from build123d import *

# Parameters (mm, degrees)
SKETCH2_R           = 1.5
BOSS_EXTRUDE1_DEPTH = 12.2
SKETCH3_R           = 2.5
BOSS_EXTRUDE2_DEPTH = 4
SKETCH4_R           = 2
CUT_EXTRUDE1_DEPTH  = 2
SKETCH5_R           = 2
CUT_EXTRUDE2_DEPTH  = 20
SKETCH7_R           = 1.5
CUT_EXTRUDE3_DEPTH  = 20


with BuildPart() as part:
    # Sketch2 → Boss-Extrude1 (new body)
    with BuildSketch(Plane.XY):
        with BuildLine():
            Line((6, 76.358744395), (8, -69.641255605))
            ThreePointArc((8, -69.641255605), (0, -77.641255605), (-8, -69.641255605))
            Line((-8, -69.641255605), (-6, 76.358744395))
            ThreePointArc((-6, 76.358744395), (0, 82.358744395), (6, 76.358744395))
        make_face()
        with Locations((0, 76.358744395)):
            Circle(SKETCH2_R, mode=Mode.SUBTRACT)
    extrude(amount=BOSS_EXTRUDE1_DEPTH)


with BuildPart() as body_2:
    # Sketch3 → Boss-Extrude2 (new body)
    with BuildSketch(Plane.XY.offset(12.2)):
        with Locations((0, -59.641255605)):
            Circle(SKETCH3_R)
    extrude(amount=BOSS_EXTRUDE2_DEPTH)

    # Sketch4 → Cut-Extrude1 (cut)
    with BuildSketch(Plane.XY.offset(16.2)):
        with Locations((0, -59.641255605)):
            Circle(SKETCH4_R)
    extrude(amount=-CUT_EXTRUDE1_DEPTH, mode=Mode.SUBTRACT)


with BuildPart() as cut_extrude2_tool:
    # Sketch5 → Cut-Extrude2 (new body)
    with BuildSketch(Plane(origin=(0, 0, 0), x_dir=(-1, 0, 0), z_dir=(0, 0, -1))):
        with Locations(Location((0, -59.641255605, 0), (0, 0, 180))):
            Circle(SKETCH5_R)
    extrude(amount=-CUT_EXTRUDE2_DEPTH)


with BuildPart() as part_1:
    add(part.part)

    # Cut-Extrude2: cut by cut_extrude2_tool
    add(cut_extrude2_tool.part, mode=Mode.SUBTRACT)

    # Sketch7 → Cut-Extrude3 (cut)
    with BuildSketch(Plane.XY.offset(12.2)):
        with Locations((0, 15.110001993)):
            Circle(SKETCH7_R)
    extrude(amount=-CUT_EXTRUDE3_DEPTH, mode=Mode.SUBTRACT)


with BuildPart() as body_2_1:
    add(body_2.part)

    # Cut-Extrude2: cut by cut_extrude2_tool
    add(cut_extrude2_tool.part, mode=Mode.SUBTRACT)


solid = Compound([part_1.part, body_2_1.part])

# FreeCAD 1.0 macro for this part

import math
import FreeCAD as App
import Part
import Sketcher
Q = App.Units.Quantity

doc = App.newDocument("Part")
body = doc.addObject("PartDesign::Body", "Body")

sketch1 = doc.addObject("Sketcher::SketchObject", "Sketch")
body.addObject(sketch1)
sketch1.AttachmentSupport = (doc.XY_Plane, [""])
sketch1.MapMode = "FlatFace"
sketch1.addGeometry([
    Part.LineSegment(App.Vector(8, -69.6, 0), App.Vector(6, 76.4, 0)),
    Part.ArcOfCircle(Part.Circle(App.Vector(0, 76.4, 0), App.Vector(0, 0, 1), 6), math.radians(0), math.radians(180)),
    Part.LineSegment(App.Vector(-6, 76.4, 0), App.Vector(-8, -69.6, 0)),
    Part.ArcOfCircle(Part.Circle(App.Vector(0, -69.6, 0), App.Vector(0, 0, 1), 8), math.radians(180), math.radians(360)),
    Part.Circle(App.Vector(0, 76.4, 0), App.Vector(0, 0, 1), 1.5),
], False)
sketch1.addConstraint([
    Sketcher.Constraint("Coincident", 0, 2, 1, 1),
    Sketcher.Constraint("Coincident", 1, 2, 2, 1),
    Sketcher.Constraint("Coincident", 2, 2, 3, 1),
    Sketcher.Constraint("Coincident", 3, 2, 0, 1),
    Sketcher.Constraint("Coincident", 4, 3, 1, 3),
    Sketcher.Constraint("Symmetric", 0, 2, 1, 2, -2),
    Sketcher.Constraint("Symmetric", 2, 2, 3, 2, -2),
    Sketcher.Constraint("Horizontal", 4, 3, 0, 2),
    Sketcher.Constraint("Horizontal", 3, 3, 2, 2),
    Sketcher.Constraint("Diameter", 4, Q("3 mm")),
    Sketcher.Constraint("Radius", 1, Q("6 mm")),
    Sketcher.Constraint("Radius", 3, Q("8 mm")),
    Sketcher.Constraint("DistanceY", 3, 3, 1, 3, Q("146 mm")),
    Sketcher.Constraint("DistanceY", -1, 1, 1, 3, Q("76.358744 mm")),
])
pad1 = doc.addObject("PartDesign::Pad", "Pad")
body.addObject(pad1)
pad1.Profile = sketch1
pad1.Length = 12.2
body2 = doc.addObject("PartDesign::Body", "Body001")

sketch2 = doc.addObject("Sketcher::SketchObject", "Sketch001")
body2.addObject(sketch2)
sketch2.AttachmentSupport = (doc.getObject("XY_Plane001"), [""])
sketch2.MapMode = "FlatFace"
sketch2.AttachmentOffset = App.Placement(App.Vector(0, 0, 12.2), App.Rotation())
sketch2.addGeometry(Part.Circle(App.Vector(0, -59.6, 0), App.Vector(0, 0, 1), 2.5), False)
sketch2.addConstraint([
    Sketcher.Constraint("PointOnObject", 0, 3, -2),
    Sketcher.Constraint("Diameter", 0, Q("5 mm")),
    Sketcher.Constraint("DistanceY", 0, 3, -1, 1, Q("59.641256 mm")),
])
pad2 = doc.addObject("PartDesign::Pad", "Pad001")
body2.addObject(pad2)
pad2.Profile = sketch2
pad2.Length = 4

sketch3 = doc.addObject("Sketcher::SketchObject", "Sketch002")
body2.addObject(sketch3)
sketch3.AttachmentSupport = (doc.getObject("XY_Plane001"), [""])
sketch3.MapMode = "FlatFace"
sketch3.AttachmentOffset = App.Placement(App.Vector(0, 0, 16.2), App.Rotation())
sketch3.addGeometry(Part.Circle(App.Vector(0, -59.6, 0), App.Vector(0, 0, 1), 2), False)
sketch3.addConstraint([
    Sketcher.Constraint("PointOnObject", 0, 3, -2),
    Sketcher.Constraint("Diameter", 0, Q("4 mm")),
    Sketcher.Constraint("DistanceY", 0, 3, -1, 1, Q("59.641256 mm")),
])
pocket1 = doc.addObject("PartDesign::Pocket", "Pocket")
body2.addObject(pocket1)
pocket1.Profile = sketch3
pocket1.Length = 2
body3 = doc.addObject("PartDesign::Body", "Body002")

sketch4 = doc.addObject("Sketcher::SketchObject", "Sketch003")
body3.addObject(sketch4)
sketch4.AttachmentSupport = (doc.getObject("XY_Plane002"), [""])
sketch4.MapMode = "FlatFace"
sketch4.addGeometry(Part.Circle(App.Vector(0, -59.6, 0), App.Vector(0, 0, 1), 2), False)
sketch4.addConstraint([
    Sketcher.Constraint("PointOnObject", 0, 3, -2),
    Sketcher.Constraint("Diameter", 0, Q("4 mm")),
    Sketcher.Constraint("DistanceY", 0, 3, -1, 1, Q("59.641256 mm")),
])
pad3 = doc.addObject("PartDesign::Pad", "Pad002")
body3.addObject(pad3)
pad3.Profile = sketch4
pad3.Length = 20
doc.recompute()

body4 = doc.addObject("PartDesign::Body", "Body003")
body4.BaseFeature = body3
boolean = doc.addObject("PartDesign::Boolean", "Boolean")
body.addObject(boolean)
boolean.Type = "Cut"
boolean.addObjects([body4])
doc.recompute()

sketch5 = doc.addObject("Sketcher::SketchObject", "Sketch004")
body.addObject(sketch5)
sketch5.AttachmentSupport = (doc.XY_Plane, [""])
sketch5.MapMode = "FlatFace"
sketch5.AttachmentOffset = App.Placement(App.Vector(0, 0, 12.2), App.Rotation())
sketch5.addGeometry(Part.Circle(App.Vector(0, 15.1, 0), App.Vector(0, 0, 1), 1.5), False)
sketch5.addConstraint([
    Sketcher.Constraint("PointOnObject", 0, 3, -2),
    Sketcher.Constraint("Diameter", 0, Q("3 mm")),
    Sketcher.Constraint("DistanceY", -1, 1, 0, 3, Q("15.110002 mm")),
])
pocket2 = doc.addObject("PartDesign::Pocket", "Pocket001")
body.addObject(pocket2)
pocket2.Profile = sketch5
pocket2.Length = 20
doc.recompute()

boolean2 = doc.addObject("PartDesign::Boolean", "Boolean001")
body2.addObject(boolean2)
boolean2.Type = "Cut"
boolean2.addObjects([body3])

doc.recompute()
----
Task item:
How many lines in the records contain the word "ThreePointArc"? Answer with the number alone.

Response to the exercise:
2